What to work on:
Your answer should consist only of the lines below from the one with "v31 (0,-3.12,0.5)" through the one with "v36 (-2.85,-11.5,2.3)", copied exactly.

Records provided:
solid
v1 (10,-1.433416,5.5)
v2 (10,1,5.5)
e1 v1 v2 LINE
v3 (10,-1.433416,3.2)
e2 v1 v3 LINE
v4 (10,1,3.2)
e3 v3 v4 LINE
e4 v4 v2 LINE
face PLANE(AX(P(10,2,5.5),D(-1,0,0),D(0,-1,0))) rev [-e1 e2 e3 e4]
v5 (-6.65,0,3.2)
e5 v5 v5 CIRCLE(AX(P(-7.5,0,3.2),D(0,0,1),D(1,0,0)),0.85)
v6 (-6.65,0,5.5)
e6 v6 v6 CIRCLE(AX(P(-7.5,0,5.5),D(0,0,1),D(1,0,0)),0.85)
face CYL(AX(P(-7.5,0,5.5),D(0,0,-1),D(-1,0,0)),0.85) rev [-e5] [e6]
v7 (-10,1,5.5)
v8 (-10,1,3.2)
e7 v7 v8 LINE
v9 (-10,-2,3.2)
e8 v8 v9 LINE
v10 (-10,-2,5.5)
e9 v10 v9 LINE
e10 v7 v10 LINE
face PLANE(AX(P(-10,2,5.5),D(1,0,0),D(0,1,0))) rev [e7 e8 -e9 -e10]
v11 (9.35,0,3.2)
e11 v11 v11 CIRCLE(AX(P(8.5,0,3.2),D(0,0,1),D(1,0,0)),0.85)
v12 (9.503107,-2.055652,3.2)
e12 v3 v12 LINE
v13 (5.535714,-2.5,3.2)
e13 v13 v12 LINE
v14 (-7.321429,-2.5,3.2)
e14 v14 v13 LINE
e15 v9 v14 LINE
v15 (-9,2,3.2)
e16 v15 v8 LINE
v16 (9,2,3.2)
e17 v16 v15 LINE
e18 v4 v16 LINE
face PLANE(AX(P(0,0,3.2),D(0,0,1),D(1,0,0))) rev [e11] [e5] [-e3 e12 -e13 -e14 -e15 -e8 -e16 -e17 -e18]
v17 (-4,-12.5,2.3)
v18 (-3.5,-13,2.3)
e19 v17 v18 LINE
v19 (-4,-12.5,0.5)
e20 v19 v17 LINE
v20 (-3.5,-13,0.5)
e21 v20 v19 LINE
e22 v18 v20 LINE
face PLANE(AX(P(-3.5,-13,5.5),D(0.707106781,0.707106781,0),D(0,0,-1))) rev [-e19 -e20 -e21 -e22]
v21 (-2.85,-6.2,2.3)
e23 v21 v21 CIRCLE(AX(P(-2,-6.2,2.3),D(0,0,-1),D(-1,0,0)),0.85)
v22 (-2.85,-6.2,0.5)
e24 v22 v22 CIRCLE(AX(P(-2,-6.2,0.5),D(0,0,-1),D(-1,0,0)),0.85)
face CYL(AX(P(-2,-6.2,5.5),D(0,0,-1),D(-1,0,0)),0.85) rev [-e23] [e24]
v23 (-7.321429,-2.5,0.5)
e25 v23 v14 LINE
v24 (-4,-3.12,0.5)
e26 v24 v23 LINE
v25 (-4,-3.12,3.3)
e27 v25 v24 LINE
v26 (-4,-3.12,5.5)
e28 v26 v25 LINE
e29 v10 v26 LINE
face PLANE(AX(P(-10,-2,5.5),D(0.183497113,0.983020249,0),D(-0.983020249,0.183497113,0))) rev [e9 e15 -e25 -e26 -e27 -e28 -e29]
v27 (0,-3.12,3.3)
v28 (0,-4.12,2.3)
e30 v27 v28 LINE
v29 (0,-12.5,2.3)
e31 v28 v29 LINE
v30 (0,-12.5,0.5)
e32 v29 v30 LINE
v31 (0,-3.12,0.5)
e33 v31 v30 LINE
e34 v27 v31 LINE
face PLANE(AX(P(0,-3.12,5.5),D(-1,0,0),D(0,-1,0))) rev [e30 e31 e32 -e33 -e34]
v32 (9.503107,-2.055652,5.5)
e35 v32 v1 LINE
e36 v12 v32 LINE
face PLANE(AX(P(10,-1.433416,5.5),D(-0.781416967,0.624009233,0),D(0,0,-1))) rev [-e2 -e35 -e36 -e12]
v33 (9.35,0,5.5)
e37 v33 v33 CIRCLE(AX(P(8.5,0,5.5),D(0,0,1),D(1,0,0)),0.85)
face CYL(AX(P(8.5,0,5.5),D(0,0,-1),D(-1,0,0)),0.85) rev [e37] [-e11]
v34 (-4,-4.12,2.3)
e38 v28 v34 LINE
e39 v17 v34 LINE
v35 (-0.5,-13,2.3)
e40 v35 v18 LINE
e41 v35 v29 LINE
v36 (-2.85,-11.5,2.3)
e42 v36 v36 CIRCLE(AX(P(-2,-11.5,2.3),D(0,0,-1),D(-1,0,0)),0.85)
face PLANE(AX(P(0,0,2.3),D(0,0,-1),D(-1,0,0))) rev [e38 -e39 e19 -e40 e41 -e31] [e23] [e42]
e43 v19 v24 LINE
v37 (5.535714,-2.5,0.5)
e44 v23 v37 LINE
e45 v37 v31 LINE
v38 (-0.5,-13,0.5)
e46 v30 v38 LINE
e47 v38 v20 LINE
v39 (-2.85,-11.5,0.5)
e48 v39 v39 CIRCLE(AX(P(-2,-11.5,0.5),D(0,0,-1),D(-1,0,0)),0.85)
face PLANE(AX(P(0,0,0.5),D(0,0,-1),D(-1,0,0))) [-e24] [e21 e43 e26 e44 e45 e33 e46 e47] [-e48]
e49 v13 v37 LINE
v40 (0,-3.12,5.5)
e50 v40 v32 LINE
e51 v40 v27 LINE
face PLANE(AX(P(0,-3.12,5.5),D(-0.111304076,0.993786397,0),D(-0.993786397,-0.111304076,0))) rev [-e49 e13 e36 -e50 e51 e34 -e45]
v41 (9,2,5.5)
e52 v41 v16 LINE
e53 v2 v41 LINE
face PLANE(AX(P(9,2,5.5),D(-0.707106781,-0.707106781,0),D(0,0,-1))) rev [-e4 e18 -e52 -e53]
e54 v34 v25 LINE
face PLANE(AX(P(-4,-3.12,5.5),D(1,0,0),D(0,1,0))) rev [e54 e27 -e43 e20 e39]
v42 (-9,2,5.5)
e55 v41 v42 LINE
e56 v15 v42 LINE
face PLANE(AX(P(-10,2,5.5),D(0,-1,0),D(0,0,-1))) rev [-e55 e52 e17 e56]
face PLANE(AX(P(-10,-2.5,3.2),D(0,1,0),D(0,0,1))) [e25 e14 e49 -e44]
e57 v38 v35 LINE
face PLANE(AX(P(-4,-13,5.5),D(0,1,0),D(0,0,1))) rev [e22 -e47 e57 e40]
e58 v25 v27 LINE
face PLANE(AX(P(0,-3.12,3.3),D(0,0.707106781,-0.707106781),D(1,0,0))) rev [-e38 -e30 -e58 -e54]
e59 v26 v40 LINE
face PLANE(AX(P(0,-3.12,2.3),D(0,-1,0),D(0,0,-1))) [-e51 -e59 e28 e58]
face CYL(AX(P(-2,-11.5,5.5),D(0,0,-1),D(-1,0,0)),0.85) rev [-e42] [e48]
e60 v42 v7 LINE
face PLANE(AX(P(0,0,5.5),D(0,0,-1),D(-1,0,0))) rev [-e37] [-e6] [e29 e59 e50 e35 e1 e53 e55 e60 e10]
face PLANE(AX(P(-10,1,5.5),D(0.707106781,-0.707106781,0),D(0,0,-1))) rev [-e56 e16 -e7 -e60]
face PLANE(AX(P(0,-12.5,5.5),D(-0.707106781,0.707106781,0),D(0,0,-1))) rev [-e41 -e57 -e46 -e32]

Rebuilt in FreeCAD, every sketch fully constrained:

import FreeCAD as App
import Part
import Sketcher


def edges_at(feature, points):
    """Names of the edges that pass closest to the given points."""
    edges = feature.Shape.Edges
    near = lambda p: min(range(len(edges)), key=lambda i: edges[i].distToShape(Part.Vertex(*p))[0])
    return sorted({f"Edge{near(p) + 1}" for p in points})


def add_polygon(sketch, points):
    """Adds a closed chain of lines whose ends are joined by coincident constraints."""
    first, n = sketch.GeometryCount, len(points)
    for a, b in zip(points, points[1:] + points[:1]):
        sketch.addGeometry(Part.LineSegment(App.Vector(*a, 0), App.Vector(*b, 0)), False)
    for i in range(n):
        sketch.addConstraint(Sketcher.Constraint("Coincident", first + i, 2, first + (i + 1) % n, 1))

doc = App.newDocument("Part")
body = doc.addObject("PartDesign::Body", "Body")

# Sketch on XY plane
sketch1 = body.newObject("Sketcher::SketchObject", "Sketch")
sketch1.AttachmentSupport = (doc.getObject("XY_Plane"), [""])
sketch1.MapMode = "FlatFace"
add_polygon(sketch1, [(10, 2), (-10, 2), (-10, -2), (-4, -3.1), (-4, -13), (0, -13), (0, -3.1), (10, -2)])  # lines 0-7
sketch1.addGeometry(Part.Circle(App.Vector(-2, -11.5, 0), App.Vector(0, 0, 1), 0.8), False)  # 8
sketch1.addGeometry(Part.Circle(App.Vector(-2, -6.2, 0), App.Vector(0, 0, 1), 0.8), False)  # 9
sketch1.addGeometry(Part.Circle(App.Vector(8.5, 0, 0), App.Vector(0, 0, 1), 0.8), False)  # 10
sketch1.addGeometry(Part.Circle(App.Vector(-7.5, 0, 0), App.Vector(0, 0, 1), 0.8), False)  # 11
sketch1.addConstraint(Sketcher.Constraint("Horizontal", 0))
sketch1.addConstraint(Sketcher.Constraint("Vertical", 1))
sketch1.addConstraint(Sketcher.Constraint("Vertical", 3))
sketch1.addConstraint(Sketcher.Constraint("Horizontal", 4))
sketch1.addConstraint(Sketcher.Constraint("Vertical", 5))
sketch1.addConstraint(Sketcher.Constraint("Vertical", 7))
sketch1.addConstraint(Sketcher.Constraint("Equal", 8, 9))
sketch1.addConstraint(Sketcher.Constraint("Equal", 9, 10))
sketch1.addConstraint(Sketcher.Constraint("Equal", 10, 11))
sketch1.addConstraint(Sketcher.Constraint("Symmetric", 0, 2, 6, 2, -1, 1))
sketch1.addConstraint(Sketcher.Constraint("PointOnObject", 10, 3, -1))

Response to this task:
v31 (0,-3.12,0.5)
e33 v31 v30 LINE
e34 v27 v31 LINE
face PLANE(AX(P(0,-3.12,5.5),D(-1,0,0),D(0,-1,0))) rev [e30 e31 e32 -e33 -e34]
v32 (9.503107,-2.055652,5.5)
e35 v32 v1 LINE
e36 v12 v32 LINE
face PLANE(AX(P(10,-1.433416,5.5),D(-0.781416967,0.624009233,0),D(0,0,-1))) rev [-e2 -e35 -e36 -e12]
v33 (9.35,0,5.5)
e37 v33 v33 CIRCLE(AX(P(8.5,0,5.5),D(0,0,1),D(1,0,0)),0.85)
face CYL(AX(P(8.5,0,5.5),D(0,0,-1),D(-1,0,0)),0.85) rev [e37] [-e11]
v34 (-4,-4.12,2.3)
e38 v28 v34 LINE
e39 v17 v34 LINE
v35 (-0.5,-13,2.3)
e40 v35 v18 LINE
e41 v35 v29 LINE
v36 (-2.85,-11.5,2.3)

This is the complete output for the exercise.